▶ _Exercise instructions_
Two lines mark the range in the entries below: the one holding "#252=ORIENTED_EDGE('',*,*,#201,.F.);" and the one holding "#260=CYLINDRICAL_SURFACE('',#259,1.);". Set down those two and all lines between them, exactly.

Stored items
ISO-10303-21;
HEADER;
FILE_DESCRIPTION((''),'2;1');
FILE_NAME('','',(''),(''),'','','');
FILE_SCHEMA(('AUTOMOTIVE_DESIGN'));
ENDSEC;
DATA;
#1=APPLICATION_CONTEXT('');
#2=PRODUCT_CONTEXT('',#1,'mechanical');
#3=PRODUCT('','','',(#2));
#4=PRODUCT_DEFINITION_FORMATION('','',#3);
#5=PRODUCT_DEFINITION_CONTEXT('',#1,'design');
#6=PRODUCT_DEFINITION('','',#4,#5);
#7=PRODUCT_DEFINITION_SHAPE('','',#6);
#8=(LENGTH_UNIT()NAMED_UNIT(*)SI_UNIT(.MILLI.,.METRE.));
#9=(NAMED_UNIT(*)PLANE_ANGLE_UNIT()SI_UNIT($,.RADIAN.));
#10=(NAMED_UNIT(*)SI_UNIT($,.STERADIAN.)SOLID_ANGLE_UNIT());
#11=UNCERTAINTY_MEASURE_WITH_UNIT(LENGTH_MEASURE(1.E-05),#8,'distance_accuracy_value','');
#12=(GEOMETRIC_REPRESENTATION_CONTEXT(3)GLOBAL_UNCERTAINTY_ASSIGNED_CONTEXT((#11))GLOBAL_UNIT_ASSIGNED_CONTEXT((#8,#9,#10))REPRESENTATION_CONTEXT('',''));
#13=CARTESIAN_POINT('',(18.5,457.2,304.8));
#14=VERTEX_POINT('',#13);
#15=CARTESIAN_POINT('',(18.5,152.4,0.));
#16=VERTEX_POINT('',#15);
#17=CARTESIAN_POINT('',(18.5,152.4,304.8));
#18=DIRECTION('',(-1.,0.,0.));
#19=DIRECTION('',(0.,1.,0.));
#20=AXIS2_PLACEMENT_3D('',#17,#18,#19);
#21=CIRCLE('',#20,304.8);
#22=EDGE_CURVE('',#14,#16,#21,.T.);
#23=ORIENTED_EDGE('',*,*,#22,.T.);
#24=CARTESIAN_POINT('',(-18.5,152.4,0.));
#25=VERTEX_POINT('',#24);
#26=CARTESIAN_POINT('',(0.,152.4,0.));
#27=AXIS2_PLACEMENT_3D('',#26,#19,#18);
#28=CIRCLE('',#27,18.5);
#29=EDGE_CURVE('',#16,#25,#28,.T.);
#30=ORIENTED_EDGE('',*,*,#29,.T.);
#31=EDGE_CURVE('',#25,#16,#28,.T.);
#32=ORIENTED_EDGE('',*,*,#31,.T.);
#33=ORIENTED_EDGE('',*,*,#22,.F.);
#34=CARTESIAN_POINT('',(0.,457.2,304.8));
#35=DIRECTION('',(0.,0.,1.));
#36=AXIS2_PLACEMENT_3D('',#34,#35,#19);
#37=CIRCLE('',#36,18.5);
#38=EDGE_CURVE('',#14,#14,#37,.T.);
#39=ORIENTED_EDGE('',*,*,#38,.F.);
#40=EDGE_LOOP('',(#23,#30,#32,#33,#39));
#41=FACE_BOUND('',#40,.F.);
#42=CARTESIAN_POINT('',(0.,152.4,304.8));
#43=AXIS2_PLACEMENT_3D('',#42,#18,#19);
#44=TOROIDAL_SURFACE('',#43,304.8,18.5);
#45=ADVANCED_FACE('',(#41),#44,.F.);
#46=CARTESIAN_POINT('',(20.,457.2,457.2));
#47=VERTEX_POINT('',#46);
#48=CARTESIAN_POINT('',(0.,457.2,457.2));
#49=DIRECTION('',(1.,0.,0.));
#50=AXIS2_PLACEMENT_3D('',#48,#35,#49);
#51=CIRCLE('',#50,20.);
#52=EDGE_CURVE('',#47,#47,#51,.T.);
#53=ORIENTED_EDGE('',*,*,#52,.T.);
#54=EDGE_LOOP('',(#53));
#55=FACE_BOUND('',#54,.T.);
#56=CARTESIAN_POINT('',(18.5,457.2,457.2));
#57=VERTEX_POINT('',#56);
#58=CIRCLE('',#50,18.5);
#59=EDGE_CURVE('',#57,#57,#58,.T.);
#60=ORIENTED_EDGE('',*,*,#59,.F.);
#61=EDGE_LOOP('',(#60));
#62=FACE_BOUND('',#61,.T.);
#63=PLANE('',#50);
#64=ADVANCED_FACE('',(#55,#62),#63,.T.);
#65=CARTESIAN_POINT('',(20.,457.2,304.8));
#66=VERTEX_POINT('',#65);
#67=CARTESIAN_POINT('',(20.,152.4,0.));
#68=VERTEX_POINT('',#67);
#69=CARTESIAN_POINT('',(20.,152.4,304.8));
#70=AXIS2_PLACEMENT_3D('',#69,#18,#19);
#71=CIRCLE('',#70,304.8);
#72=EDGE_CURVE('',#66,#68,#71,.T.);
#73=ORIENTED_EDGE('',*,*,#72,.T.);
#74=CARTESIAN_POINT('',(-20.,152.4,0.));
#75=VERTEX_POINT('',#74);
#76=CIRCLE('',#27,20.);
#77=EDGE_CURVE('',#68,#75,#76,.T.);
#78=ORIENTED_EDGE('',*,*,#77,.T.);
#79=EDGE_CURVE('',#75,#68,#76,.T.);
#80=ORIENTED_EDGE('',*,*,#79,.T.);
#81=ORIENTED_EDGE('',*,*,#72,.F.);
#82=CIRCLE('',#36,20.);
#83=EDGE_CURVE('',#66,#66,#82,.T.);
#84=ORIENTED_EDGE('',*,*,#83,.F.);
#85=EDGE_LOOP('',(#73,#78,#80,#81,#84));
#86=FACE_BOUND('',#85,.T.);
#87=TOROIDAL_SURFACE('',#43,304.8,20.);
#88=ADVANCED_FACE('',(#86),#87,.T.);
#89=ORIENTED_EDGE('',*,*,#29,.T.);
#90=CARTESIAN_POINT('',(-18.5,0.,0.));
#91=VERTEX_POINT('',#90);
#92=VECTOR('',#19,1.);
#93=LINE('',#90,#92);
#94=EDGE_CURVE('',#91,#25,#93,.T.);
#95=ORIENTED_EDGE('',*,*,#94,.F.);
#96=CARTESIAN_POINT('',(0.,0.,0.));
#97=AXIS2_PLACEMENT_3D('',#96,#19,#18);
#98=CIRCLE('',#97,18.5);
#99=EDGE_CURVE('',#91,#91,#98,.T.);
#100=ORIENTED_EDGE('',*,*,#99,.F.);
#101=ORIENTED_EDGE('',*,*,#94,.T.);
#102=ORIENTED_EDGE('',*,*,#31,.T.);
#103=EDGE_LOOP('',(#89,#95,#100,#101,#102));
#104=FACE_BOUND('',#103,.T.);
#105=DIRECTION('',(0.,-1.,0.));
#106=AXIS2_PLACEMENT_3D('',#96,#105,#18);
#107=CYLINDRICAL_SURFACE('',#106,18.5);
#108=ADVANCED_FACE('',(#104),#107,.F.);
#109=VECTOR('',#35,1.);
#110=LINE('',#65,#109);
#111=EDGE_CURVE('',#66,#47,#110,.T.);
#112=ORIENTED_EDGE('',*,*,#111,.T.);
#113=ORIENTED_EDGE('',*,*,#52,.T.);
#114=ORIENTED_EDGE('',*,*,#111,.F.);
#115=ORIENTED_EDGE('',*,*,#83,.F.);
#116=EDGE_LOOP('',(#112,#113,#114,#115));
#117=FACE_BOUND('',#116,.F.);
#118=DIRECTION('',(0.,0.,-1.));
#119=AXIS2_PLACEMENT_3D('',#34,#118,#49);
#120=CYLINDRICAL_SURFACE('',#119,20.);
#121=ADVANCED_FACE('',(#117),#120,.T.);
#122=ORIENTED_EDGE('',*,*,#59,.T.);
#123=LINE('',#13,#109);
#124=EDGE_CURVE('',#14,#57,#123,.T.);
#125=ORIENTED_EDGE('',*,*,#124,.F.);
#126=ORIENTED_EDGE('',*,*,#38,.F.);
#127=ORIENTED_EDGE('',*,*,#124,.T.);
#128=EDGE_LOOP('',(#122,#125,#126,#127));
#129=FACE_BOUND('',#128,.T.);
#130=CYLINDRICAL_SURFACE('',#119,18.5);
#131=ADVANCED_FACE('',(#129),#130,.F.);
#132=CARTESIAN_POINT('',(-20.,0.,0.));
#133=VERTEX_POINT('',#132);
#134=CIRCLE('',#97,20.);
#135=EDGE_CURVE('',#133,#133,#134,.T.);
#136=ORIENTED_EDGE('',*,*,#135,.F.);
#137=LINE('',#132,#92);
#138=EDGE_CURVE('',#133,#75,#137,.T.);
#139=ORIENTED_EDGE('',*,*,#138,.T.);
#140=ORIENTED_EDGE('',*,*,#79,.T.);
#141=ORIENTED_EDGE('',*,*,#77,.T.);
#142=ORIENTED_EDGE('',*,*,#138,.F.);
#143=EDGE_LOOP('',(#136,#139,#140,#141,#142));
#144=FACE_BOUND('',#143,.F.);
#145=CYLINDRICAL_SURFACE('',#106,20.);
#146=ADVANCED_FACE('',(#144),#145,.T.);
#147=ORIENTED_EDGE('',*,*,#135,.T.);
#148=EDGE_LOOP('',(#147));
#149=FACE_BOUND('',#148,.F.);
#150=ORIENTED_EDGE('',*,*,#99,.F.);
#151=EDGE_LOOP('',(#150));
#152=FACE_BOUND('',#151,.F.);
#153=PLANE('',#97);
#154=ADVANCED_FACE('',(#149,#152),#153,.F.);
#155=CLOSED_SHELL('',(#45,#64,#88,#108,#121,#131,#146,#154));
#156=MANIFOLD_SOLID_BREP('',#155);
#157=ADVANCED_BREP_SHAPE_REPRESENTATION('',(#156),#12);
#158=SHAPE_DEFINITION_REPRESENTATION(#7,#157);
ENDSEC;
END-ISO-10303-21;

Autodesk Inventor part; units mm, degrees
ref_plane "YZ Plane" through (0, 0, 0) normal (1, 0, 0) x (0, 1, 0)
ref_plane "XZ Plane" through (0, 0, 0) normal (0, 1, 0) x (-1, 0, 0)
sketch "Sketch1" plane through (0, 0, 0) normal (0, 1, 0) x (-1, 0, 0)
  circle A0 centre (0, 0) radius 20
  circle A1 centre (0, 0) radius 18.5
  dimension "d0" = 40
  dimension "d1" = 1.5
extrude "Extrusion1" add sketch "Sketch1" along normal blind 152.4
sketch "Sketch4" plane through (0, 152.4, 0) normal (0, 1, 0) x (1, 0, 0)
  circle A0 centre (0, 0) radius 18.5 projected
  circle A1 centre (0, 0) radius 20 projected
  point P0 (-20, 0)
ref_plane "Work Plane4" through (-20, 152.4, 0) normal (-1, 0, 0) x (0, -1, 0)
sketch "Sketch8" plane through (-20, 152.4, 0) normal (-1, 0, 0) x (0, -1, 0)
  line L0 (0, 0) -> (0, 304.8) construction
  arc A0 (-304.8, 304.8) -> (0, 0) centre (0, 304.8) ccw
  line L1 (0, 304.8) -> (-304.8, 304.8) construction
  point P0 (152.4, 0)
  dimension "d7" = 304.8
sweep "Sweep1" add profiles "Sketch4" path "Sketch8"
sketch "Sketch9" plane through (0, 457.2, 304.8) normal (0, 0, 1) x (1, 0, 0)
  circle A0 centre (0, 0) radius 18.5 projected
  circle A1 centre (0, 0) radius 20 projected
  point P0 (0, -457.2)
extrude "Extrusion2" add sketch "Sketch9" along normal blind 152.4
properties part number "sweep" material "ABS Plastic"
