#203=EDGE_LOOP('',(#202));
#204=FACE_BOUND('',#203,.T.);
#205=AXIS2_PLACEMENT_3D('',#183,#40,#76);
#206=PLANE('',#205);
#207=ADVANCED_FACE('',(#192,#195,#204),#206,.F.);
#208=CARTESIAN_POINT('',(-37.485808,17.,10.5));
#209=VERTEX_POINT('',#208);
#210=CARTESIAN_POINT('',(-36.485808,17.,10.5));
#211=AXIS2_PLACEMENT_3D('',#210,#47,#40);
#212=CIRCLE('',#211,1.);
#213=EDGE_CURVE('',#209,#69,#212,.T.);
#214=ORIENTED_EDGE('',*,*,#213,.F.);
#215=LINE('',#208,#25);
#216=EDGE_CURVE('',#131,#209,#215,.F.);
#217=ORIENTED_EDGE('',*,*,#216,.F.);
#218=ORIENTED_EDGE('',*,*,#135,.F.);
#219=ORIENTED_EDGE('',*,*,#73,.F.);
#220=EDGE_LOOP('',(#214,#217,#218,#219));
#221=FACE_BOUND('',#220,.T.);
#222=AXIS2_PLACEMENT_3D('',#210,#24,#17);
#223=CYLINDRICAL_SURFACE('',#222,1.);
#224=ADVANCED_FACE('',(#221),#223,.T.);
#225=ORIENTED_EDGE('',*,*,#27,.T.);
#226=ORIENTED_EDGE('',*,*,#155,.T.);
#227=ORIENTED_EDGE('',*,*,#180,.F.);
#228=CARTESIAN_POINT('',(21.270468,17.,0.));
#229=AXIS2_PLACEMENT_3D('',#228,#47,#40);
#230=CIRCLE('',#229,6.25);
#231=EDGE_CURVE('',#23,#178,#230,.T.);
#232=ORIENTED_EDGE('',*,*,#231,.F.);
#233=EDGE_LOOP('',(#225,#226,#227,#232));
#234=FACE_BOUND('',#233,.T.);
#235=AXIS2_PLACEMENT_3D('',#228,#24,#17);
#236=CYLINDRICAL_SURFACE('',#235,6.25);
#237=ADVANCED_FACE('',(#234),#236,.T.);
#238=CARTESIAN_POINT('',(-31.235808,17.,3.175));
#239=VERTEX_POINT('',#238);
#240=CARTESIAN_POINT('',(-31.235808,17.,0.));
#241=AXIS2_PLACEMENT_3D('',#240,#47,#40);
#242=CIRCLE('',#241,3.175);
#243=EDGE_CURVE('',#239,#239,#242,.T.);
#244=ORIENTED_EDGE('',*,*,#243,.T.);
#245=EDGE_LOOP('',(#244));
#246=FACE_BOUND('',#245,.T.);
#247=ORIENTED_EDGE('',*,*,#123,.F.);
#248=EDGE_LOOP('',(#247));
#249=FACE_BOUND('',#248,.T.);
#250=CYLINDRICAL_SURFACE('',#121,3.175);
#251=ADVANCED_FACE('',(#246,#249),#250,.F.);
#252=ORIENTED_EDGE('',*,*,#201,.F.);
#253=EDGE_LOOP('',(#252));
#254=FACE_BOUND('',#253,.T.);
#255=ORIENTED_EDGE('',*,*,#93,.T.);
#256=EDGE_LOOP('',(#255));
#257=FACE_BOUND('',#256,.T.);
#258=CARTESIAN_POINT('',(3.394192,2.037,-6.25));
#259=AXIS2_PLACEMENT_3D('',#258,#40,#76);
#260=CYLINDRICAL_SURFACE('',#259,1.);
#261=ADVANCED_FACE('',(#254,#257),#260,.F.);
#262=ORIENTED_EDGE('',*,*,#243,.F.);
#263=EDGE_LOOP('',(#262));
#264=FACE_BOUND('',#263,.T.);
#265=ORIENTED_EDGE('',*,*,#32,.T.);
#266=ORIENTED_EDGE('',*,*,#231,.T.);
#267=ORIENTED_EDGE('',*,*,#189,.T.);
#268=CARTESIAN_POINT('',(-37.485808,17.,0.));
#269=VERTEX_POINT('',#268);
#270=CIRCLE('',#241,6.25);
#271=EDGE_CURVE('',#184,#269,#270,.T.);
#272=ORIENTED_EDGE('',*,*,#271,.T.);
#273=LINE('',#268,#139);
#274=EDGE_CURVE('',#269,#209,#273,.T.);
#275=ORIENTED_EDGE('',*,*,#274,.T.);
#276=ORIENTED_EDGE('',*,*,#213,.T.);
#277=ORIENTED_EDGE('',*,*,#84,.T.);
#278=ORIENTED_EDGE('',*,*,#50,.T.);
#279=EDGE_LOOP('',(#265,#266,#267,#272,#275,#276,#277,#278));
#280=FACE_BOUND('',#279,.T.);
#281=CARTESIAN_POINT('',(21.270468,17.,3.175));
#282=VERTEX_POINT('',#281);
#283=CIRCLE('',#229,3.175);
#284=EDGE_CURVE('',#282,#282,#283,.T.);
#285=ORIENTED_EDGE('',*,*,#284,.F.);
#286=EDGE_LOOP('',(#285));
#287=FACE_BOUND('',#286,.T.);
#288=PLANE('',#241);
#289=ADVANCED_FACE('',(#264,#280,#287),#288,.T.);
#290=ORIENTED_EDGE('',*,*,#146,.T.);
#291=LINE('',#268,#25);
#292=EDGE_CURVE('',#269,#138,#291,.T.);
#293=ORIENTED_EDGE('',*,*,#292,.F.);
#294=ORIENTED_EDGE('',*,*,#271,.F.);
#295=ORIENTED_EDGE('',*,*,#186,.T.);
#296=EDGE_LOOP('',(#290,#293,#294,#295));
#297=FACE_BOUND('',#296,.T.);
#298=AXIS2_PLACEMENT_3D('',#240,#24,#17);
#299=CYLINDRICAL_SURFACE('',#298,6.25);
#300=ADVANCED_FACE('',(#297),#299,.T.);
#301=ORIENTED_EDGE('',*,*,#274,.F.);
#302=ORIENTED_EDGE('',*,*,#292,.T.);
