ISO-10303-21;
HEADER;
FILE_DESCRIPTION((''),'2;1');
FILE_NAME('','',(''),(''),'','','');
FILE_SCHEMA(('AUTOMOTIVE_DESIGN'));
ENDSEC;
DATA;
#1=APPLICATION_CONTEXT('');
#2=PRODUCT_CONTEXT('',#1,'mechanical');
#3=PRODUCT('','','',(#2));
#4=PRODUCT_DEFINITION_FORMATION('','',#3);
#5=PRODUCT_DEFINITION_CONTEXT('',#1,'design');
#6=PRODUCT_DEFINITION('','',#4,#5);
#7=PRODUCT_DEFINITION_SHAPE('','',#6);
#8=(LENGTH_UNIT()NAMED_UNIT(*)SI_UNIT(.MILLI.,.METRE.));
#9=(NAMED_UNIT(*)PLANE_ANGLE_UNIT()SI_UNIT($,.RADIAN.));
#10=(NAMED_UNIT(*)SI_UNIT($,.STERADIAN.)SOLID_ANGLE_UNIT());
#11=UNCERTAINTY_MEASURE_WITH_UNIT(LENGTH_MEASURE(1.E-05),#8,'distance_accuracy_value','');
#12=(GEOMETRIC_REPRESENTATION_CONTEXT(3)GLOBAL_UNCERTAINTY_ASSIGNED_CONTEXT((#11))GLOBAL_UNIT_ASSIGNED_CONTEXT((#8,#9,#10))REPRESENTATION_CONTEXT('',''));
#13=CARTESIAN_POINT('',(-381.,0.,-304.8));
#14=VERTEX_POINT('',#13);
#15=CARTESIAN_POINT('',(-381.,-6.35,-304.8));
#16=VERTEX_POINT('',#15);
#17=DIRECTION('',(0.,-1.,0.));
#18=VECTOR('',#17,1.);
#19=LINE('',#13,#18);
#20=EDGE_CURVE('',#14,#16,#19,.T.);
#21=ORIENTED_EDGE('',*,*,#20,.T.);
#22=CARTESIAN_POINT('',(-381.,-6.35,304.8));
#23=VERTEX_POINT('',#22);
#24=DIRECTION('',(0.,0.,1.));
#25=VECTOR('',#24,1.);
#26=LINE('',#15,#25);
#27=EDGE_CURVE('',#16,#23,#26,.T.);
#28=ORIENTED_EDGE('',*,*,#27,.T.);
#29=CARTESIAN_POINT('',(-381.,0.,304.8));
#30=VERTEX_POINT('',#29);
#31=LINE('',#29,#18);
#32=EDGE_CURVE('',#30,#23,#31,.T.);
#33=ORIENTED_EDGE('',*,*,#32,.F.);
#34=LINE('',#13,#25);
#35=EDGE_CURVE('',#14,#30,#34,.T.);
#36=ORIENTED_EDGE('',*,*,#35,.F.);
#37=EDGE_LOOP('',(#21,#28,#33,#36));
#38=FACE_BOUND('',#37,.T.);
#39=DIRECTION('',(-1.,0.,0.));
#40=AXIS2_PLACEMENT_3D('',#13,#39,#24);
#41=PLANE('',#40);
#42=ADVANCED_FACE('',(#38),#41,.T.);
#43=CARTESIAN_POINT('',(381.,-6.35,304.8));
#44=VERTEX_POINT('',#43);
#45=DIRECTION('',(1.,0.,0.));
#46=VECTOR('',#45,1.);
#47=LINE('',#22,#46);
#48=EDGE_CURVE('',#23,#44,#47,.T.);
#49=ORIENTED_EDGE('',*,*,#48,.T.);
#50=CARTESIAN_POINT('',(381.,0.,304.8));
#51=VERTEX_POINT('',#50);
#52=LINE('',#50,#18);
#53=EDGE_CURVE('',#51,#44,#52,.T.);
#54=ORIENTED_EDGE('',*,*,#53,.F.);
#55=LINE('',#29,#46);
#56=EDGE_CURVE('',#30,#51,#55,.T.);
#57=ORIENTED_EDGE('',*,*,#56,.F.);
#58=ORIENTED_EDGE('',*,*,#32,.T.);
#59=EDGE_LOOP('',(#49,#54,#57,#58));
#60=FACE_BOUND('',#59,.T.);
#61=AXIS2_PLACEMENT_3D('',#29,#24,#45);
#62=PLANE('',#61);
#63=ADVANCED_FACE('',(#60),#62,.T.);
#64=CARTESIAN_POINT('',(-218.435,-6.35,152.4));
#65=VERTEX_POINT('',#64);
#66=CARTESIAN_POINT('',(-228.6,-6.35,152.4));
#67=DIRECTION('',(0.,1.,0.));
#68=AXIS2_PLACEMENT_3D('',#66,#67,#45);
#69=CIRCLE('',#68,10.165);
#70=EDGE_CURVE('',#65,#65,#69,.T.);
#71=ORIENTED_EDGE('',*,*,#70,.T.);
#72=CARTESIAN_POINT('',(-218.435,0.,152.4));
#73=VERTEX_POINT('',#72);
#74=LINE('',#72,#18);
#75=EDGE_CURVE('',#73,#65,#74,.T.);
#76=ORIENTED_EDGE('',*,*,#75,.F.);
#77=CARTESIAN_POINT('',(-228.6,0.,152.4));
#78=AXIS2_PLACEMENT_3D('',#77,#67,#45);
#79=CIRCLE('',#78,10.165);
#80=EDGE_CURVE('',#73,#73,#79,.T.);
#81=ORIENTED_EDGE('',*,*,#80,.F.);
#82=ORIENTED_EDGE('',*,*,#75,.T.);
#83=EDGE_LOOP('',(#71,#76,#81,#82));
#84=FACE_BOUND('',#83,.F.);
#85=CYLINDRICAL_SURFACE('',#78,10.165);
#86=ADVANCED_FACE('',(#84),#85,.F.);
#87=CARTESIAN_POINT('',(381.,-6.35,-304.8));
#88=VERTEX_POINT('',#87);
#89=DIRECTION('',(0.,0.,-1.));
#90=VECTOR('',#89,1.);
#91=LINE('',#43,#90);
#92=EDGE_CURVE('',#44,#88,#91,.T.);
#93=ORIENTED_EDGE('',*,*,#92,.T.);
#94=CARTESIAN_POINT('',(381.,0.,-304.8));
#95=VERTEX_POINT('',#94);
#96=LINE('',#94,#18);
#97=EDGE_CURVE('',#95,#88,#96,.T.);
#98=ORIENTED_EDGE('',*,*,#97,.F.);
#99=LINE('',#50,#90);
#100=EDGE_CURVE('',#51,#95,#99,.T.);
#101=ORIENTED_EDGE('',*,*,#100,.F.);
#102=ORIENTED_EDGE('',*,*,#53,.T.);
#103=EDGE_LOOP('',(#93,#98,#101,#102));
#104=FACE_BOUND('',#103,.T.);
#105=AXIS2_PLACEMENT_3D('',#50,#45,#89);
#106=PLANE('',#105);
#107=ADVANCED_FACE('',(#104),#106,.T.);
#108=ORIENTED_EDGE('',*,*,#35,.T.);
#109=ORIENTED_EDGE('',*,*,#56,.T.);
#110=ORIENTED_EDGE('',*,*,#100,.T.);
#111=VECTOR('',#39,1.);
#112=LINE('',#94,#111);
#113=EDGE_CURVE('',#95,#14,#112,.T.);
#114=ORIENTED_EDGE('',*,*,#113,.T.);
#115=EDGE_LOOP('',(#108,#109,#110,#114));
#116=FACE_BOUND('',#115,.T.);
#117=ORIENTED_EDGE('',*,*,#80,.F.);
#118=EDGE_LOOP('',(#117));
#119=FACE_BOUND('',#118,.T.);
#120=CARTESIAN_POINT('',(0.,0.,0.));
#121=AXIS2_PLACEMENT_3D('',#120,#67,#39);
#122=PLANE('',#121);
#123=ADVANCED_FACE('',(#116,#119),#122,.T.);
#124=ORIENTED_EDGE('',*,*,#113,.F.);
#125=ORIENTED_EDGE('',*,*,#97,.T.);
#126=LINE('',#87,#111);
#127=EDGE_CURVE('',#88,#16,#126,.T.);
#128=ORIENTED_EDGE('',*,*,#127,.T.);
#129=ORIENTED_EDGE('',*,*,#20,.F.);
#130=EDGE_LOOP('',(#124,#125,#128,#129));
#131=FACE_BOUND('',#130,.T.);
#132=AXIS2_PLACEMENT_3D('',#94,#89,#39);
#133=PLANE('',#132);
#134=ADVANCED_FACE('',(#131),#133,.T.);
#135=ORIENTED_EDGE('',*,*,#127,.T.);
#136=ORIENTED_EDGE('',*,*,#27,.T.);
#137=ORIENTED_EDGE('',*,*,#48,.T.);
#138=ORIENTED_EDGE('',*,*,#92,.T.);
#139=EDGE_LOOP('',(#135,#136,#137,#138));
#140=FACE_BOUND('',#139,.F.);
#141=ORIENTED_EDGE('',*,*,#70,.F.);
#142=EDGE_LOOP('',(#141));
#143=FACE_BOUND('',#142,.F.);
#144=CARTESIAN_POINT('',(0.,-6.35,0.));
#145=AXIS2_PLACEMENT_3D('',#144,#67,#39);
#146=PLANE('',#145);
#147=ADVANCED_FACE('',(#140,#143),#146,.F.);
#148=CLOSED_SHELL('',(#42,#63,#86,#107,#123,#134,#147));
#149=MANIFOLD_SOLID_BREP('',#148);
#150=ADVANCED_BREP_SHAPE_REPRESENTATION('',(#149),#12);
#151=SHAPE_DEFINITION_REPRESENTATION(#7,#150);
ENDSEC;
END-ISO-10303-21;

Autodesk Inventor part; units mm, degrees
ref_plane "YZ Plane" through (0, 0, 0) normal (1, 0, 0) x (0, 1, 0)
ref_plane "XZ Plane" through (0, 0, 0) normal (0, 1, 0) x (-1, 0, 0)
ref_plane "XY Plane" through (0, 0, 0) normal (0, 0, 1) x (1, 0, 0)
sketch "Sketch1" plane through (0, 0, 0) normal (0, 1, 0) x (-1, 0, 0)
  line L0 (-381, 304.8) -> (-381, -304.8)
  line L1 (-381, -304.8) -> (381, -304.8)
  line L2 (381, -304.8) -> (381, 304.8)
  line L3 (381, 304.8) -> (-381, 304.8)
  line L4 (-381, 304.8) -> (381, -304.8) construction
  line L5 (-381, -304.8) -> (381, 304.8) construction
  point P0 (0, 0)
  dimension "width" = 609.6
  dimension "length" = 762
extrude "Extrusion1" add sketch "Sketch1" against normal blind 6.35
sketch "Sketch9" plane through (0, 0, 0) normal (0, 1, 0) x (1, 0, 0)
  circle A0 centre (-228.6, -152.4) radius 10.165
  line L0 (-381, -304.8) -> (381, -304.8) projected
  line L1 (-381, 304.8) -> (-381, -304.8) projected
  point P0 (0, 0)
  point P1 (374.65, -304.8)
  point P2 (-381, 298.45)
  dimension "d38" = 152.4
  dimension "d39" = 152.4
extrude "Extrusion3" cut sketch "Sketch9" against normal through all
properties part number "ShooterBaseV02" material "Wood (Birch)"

▶ _Response area_
#252=ORIENTED_EDGE('',*,*,#201,.F.);
#253=EDGE_LOOP('',(#252));
#254=FACE_BOUND('',#253,.T.);
#255=ORIENTED_EDGE('',*,*,#93,.T.);
#256=EDGE_LOOP('',(#255));
#257=FACE_BOUND('',#256,.T.);
#258=CARTESIAN_POINT('',(3.394192,2.037,-6.25));
#259=AXIS2_PLACEMENT_3D('',#258,#40,#76);
#260=CYLINDRICAL_SURFACE('',#259,1.);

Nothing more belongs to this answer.